## What to work on
What do the lines from the top of the data through the line with "# FreeCAD 1.0 macro for this part" say? Quote them exactly and include both ends.
# # # #
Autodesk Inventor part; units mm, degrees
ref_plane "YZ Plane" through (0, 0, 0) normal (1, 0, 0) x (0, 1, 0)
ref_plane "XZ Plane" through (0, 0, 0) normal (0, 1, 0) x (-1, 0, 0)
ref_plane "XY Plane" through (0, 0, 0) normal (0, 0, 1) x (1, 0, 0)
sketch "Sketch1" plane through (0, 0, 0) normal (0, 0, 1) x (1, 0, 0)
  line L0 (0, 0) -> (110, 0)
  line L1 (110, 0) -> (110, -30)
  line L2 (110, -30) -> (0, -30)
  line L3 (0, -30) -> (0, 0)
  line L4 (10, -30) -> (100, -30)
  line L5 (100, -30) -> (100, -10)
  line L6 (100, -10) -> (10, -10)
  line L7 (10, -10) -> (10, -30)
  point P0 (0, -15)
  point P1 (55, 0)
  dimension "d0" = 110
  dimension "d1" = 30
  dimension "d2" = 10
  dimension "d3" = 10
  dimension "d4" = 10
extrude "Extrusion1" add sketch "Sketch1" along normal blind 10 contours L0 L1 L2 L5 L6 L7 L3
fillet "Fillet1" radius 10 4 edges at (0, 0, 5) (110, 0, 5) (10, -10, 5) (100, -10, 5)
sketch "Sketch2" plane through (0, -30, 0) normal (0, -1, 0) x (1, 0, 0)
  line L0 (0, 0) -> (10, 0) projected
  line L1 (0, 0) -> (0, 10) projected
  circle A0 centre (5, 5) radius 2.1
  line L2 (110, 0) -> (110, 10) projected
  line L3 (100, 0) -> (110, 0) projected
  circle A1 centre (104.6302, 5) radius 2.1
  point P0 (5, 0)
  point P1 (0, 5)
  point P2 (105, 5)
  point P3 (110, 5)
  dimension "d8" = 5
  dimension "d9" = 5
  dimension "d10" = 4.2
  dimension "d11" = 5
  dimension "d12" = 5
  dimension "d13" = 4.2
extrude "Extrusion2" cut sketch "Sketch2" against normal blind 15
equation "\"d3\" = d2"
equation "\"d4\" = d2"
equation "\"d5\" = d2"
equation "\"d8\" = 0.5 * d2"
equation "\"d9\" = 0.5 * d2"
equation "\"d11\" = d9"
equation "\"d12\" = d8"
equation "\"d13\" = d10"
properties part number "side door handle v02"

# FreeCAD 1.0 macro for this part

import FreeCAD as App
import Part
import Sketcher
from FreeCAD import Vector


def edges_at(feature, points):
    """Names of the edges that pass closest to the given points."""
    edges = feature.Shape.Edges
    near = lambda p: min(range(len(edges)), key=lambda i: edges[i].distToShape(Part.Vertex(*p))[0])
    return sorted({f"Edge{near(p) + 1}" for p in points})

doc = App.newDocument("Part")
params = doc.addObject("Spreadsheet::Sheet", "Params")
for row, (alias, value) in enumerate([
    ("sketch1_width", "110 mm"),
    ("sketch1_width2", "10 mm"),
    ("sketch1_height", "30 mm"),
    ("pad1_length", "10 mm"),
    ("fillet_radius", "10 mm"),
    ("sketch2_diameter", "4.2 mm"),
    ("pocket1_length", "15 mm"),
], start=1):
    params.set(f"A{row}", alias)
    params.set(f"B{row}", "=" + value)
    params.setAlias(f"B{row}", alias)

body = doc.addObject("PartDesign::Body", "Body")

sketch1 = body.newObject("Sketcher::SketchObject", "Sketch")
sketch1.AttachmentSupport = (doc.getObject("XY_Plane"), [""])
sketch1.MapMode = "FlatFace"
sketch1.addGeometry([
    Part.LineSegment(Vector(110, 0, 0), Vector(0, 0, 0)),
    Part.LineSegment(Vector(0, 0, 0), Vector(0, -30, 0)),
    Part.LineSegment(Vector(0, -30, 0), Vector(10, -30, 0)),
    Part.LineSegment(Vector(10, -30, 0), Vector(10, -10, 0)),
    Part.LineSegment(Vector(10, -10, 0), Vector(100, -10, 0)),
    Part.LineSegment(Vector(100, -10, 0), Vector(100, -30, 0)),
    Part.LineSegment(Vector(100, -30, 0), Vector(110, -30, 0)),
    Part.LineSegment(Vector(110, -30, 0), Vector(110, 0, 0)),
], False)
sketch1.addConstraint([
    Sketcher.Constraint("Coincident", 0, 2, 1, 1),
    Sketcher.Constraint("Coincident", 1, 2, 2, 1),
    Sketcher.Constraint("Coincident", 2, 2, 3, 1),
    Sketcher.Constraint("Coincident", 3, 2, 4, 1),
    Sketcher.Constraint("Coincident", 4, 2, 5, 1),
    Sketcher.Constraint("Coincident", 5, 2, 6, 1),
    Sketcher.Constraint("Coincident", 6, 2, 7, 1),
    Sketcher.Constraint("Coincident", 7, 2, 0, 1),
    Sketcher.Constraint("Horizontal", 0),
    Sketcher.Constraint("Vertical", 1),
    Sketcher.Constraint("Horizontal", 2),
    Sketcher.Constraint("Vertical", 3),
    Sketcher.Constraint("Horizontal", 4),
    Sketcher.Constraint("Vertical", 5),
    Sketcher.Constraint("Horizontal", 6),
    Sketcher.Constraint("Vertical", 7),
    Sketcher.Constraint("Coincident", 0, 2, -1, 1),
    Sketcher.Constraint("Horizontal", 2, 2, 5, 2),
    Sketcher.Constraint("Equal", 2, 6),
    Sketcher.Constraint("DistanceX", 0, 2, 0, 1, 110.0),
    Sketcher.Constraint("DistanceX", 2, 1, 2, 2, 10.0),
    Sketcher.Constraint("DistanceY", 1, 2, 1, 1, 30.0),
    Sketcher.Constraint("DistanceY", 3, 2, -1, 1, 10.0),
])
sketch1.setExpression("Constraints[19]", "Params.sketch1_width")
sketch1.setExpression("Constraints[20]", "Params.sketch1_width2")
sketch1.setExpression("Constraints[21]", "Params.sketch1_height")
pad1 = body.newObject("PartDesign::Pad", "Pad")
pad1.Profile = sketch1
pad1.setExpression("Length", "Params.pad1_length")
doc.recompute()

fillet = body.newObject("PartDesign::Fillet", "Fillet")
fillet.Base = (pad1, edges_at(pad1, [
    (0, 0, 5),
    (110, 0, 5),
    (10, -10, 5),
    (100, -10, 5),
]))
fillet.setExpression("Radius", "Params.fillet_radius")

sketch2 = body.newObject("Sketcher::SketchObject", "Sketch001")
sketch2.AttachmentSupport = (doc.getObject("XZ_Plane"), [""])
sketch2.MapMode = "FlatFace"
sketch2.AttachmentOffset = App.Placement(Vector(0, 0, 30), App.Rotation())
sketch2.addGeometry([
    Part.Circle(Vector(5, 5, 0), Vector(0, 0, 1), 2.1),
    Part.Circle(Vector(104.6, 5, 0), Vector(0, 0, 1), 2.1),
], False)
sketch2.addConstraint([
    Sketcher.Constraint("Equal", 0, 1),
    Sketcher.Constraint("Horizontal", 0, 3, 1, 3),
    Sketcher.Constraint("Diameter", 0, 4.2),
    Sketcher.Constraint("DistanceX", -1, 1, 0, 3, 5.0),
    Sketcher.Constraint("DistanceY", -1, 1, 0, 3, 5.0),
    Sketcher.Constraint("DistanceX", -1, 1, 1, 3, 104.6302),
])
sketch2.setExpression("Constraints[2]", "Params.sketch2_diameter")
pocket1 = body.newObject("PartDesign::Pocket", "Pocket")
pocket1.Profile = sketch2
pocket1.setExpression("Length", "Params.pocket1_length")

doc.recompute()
# # # #
## Solution below
Autodesk Inventor part; units mm, degrees
ref_plane "YZ Plane" through (0, 0, 0) normal (1, 0, 0) x (0, 1, 0)
ref_plane "XZ Plane" through (0, 0, 0) normal (0, 1, 0) x (-1, 0, 0)
ref_plane "XY Plane" through (0, 0, 0) normal (0, 0, 1) x (1, 0, 0)
sketch "Sketch1" plane through (0, 0, 0) normal (0, 0, 1) x (1, 0, 0)
  line L0 (0, 0) -> (110, 0)
  line L1 (110, 0) -> (110, -30)
  line L2 (110, -30) -> (0, -30)
  line L3 (0, -30) -> (0, 0)
  line L4 (10, -30) -> (100, -30)
  line L5 (100, -30) -> (100, -10)
  line L6 (100, -10) -> (10, -10)
  line L7 (10, -10) -> (10, -30)
  point P0 (0, -15)
  point P1 (55, 0)
  dimension "d0" = 110
  dimension "d1" = 30
  dimension "d2" = 10
  dimension "d3" = 10
  dimension "d4" = 10
extrude "Extrusion1" add sketch "Sketch1" along normal blind 10 contours L0 L1 L2 L5 L6 L7 L3
fillet "Fillet1" radius 10 4 edges at (0, 0, 5) (110, 0, 5) (10, -10, 5) (100, -10, 5)
sketch "Sketch2" plane through (0, -30, 0) normal (0, -1, 0) x (1, 0, 0)
  line L0 (0, 0) -> (10, 0) projected
  line L1 (0, 0) -> (0, 10) projected
  circle A0 centre (5, 5) radius 2.1
  line L2 (110, 0) -> (110, 10) projected
  line L3 (100, 0) -> (110, 0) projected
  circle A1 centre (104.6302, 5) radius 2.1
  point P0 (5, 0)
  point P1 (0, 5)
  point P2 (105, 5)
  point P3 (110, 5)
  dimension "d8" = 5
  dimension "d9" = 5
  dimension "d10" = 4.2
  dimension "d11" = 5
  dimension "d12" = 5
  dimension "d13" = 4.2
extrude "Extrusion2" cut sketch "Sketch2" against normal blind 15
equation "\"d3\" = d2"
equation "\"d4\" = d2"
equation "\"d5\" = d2"
equation "\"d8\" = 0.5 * d2"
equation "\"d9\" = 0.5 * d2"
equation "\"d11\" = d9"
equation "\"d12\" = d8"
equation "\"d13\" = d10"
properties part number "side door handle v02"

# FreeCAD 1.0 macro for this part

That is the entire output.